Action item —
Once you find the line containing "#101=VERTEX_POINT('',#100);" in the data below, copy it and each following line exactly, up to and including the line containing "#146=ORIENTED_EDGE('',*,*,#123,.T.);", and nothing else.

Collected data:
○ ○ ○
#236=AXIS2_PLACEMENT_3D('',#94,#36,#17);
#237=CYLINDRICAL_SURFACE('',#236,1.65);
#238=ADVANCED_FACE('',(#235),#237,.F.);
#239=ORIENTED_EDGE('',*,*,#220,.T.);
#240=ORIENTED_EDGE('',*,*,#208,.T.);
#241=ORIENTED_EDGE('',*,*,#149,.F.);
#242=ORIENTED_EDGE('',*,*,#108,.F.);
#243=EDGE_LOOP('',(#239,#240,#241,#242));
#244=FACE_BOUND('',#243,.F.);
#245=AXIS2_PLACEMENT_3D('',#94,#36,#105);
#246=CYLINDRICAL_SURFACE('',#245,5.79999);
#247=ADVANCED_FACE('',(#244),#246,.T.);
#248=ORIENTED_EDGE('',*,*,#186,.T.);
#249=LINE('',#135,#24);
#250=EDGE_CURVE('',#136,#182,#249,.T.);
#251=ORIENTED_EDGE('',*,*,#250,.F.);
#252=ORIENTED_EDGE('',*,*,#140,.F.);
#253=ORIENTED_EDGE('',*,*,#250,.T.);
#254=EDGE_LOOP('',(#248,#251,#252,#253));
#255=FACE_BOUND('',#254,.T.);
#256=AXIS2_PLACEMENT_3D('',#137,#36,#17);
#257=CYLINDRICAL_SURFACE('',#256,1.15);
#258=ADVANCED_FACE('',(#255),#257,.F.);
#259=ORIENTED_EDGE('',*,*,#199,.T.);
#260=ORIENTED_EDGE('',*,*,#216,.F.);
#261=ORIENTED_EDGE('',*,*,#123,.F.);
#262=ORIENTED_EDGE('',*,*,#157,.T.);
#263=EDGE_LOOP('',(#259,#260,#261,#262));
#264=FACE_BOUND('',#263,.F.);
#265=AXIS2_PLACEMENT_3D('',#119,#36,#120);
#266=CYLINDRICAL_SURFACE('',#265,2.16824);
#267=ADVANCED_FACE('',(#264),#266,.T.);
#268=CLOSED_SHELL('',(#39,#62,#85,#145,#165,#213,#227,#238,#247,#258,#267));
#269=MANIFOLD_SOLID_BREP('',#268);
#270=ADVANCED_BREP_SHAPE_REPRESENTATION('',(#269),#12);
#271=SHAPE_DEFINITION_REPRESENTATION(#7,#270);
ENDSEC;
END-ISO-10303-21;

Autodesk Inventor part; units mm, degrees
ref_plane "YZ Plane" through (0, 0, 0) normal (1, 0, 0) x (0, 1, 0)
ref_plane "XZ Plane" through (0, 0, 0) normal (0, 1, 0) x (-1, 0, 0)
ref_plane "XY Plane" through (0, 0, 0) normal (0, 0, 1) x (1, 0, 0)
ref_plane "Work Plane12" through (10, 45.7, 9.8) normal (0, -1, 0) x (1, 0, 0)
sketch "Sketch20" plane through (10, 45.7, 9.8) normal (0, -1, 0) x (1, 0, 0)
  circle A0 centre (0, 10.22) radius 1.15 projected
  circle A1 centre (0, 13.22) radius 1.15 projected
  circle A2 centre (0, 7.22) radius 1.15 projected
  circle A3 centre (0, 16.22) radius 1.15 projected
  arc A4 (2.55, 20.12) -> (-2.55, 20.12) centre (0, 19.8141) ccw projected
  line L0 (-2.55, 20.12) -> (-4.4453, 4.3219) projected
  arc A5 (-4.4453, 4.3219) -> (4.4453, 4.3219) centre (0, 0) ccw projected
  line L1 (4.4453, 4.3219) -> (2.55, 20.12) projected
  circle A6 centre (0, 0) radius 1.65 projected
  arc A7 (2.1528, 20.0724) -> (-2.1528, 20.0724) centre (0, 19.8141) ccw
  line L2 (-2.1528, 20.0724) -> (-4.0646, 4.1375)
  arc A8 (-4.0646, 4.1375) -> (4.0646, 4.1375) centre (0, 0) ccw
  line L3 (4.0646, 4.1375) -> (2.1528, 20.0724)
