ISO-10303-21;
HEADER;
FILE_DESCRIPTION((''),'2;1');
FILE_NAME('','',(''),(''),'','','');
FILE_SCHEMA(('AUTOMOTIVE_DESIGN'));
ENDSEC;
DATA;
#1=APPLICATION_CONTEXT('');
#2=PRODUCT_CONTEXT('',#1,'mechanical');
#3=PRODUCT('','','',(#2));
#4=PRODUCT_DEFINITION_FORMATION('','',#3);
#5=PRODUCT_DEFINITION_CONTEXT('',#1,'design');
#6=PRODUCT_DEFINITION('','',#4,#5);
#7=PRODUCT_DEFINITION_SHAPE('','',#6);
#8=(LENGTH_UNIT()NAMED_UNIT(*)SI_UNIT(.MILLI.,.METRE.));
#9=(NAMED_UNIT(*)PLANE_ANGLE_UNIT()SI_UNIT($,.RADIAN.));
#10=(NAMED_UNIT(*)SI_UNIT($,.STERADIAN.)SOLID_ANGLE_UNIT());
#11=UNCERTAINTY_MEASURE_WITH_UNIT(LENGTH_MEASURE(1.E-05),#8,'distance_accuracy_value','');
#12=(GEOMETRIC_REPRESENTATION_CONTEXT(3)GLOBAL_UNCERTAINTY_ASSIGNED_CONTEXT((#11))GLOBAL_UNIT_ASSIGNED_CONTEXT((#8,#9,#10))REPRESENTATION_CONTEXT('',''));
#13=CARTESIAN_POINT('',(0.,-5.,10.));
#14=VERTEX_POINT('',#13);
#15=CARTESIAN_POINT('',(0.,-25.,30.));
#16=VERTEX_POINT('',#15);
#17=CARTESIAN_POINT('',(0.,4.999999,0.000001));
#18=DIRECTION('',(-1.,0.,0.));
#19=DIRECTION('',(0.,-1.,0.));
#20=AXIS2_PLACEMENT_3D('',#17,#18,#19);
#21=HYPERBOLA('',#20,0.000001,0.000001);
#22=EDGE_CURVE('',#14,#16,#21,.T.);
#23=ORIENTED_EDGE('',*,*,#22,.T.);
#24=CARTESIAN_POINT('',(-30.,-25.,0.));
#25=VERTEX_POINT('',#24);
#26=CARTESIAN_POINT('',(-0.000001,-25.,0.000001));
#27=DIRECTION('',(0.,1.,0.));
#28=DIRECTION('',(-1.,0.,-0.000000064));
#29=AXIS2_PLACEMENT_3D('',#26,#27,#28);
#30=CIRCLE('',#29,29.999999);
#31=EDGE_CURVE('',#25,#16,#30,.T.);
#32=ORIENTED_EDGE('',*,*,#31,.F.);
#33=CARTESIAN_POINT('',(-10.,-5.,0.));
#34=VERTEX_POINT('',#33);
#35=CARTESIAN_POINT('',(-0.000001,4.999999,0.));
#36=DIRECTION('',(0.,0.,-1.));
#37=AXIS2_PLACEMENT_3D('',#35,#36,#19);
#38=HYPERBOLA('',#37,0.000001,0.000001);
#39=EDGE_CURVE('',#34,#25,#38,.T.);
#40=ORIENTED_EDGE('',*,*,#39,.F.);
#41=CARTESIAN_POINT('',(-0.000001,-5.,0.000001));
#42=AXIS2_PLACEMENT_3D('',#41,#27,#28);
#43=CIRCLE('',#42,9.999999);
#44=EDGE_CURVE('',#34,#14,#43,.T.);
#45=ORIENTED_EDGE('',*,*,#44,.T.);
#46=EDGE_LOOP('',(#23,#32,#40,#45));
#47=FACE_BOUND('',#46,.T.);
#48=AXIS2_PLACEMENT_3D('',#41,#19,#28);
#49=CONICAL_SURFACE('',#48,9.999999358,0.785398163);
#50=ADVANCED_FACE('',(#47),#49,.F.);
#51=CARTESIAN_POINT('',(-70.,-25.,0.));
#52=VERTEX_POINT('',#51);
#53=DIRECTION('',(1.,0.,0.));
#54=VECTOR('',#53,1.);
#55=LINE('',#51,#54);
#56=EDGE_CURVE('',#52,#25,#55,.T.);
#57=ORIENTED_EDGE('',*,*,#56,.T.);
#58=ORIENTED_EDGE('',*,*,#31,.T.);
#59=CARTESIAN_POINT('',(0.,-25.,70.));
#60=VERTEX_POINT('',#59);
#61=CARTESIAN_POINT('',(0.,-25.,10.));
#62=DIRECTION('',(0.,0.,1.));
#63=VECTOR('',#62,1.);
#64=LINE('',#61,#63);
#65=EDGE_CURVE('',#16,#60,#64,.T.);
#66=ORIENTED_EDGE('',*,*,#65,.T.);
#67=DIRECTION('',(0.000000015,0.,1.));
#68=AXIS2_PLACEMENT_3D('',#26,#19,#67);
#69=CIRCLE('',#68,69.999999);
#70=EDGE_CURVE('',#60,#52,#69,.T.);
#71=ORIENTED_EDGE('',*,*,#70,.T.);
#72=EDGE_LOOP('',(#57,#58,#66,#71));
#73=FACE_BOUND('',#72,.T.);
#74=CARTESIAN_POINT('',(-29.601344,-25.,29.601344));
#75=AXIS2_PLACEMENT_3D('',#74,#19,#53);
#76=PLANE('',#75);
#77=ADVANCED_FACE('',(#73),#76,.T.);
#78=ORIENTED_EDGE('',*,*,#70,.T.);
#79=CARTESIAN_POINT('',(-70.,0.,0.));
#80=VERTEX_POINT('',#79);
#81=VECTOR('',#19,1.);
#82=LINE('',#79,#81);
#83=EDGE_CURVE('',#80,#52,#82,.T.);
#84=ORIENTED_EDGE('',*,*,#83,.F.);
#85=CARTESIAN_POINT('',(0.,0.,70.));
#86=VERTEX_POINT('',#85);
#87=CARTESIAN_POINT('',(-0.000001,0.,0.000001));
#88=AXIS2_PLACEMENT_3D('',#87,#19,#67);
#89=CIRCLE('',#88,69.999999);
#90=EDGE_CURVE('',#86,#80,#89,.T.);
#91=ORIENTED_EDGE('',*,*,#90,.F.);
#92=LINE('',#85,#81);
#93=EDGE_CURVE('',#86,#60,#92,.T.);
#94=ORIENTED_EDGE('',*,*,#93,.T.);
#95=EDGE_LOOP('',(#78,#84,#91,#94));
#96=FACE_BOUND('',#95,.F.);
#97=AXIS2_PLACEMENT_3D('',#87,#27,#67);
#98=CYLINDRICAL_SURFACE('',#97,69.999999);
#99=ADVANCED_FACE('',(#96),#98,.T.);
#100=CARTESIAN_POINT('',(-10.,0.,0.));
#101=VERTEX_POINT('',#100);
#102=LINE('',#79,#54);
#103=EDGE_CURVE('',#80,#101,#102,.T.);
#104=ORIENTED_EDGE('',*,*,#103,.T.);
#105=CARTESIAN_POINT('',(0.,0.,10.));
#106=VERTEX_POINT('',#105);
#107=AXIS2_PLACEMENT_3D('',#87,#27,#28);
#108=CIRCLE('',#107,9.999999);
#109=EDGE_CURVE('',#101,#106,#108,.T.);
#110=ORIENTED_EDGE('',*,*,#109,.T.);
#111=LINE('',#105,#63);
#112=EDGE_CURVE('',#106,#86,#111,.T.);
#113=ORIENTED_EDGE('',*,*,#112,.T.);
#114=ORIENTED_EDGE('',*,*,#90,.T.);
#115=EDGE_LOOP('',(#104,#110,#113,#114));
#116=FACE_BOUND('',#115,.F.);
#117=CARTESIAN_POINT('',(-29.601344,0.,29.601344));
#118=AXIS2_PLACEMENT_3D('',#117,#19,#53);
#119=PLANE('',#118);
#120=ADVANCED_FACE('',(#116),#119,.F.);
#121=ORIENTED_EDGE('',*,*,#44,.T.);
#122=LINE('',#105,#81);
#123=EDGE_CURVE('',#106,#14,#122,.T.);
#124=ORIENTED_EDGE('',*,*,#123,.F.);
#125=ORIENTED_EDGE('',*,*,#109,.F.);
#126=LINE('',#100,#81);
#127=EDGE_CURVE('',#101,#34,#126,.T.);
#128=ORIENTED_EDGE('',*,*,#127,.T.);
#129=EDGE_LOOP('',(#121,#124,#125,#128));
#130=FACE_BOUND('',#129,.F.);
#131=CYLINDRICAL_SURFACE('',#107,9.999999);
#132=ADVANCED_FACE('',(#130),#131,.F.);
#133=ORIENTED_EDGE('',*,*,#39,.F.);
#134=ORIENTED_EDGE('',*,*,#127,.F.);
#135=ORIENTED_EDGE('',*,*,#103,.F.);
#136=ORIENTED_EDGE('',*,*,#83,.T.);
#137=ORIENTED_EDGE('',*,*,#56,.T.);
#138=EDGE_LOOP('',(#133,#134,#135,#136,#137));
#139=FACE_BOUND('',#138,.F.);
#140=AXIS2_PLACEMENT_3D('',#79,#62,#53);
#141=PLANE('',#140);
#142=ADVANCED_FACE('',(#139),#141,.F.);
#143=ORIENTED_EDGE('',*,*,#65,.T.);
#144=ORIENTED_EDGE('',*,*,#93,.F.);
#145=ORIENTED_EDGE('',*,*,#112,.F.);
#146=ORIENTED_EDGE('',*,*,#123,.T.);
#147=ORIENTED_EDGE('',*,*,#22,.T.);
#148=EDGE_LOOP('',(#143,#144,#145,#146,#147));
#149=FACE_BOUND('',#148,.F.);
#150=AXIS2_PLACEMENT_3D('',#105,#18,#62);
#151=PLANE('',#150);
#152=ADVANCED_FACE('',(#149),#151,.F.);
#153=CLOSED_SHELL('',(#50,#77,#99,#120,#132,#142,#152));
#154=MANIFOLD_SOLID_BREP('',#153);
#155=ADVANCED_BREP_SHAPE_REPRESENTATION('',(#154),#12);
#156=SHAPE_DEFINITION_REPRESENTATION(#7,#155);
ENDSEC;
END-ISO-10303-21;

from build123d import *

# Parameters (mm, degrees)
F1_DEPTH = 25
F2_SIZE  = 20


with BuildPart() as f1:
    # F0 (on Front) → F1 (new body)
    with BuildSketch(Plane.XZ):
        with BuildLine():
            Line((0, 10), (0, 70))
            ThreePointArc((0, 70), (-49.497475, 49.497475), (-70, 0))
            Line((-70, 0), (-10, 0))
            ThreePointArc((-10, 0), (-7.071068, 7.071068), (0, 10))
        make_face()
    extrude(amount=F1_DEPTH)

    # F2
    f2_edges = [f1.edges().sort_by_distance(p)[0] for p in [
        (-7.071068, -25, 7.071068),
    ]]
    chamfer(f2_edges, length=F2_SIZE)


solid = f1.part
○ ○ ○
Solution to this problem —
#101=VERTEX_POINT('',#100);
#102=LINE('',#79,#54);
#103=EDGE_CURVE('',#80,#101,#102,.T.);
#104=ORIENTED_EDGE('',*,*,#103,.T.);
#105=CARTESIAN_POINT('',(0.,0.,10.));
#106=VERTEX_POINT('',#105);
#107=AXIS2_PLACEMENT_3D('',#87,#27,#28);
#108=CIRCLE('',#107,9.999999);
#109=EDGE_CURVE('',#101,#106,#108,.T.);
#110=ORIENTED_EDGE('',*,*,#109,.T.);
#111=LINE('',#105,#63);
#112=EDGE_CURVE('',#106,#86,#111,.T.);
#113=ORIENTED_EDGE('',*,*,#112,.T.);
#114=ORIENTED_EDGE('',*,*,#90,.T.);
#115=EDGE_LOOP('',(#104,#110,#113,#114));
#116=FACE_BOUND('',#115,.F.);
#117=CARTESIAN_POINT('',(-29.601344,0.,29.601344));
#118=AXIS2_PLACEMENT_3D('',#117,#19,#53);
#119=PLANE('',#118);
#120=ADVANCED_FACE('',(#116),#119,.F.);
#121=ORIENTED_EDGE('',*,*,#44,.T.);
#122=LINE('',#105,#81);
#123=EDGE_CURVE('',#106,#14,#122,.T.);
#124=ORIENTED_EDGE('',*,*,#123,.F.);
#125=ORIENTED_EDGE('',*,*,#109,.F.);
#126=LINE('',#100,#81);
#127=EDGE_CURVE('',#101,#34,#126,.T.);
#128=ORIENTED_EDGE('',*,*,#127,.T.);
#129=EDGE_LOOP('',(#121,#124,#125,#128));
#130=FACE_BOUND('',#129,.F.);
#131=CYLINDRICAL_SURFACE('',#107,9.999999);
#132=ADVANCED_FACE('',(#130),#131,.F.);
#133=ORIENTED_EDGE('',*,*,#39,.F.);
#134=ORIENTED_EDGE('',*,*,#127,.F.);
#135=ORIENTED_EDGE('',*,*,#103,.F.);
#136=ORIENTED_EDGE('',*,*,#83,.T.);
#137=ORIENTED_EDGE('',*,*,#56,.T.);
#138=EDGE_LOOP('',(#133,#134,#135,#136,#137));
#139=FACE_BOUND('',#138,.F.);
#140=AXIS2_PLACEMENT_3D('',#79,#62,#53);
#141=PLANE('',#140);
#142=ADVANCED_FACE('',(#139),#141,.F.);
#143=ORIENTED_EDGE('',*,*,#65,.T.);
#144=ORIENTED_EDGE('',*,*,#93,.F.);
#145=ORIENTED_EDGE('',*,*,#112,.F.);
#146=ORIENTED_EDGE('',*,*,#123,.T.);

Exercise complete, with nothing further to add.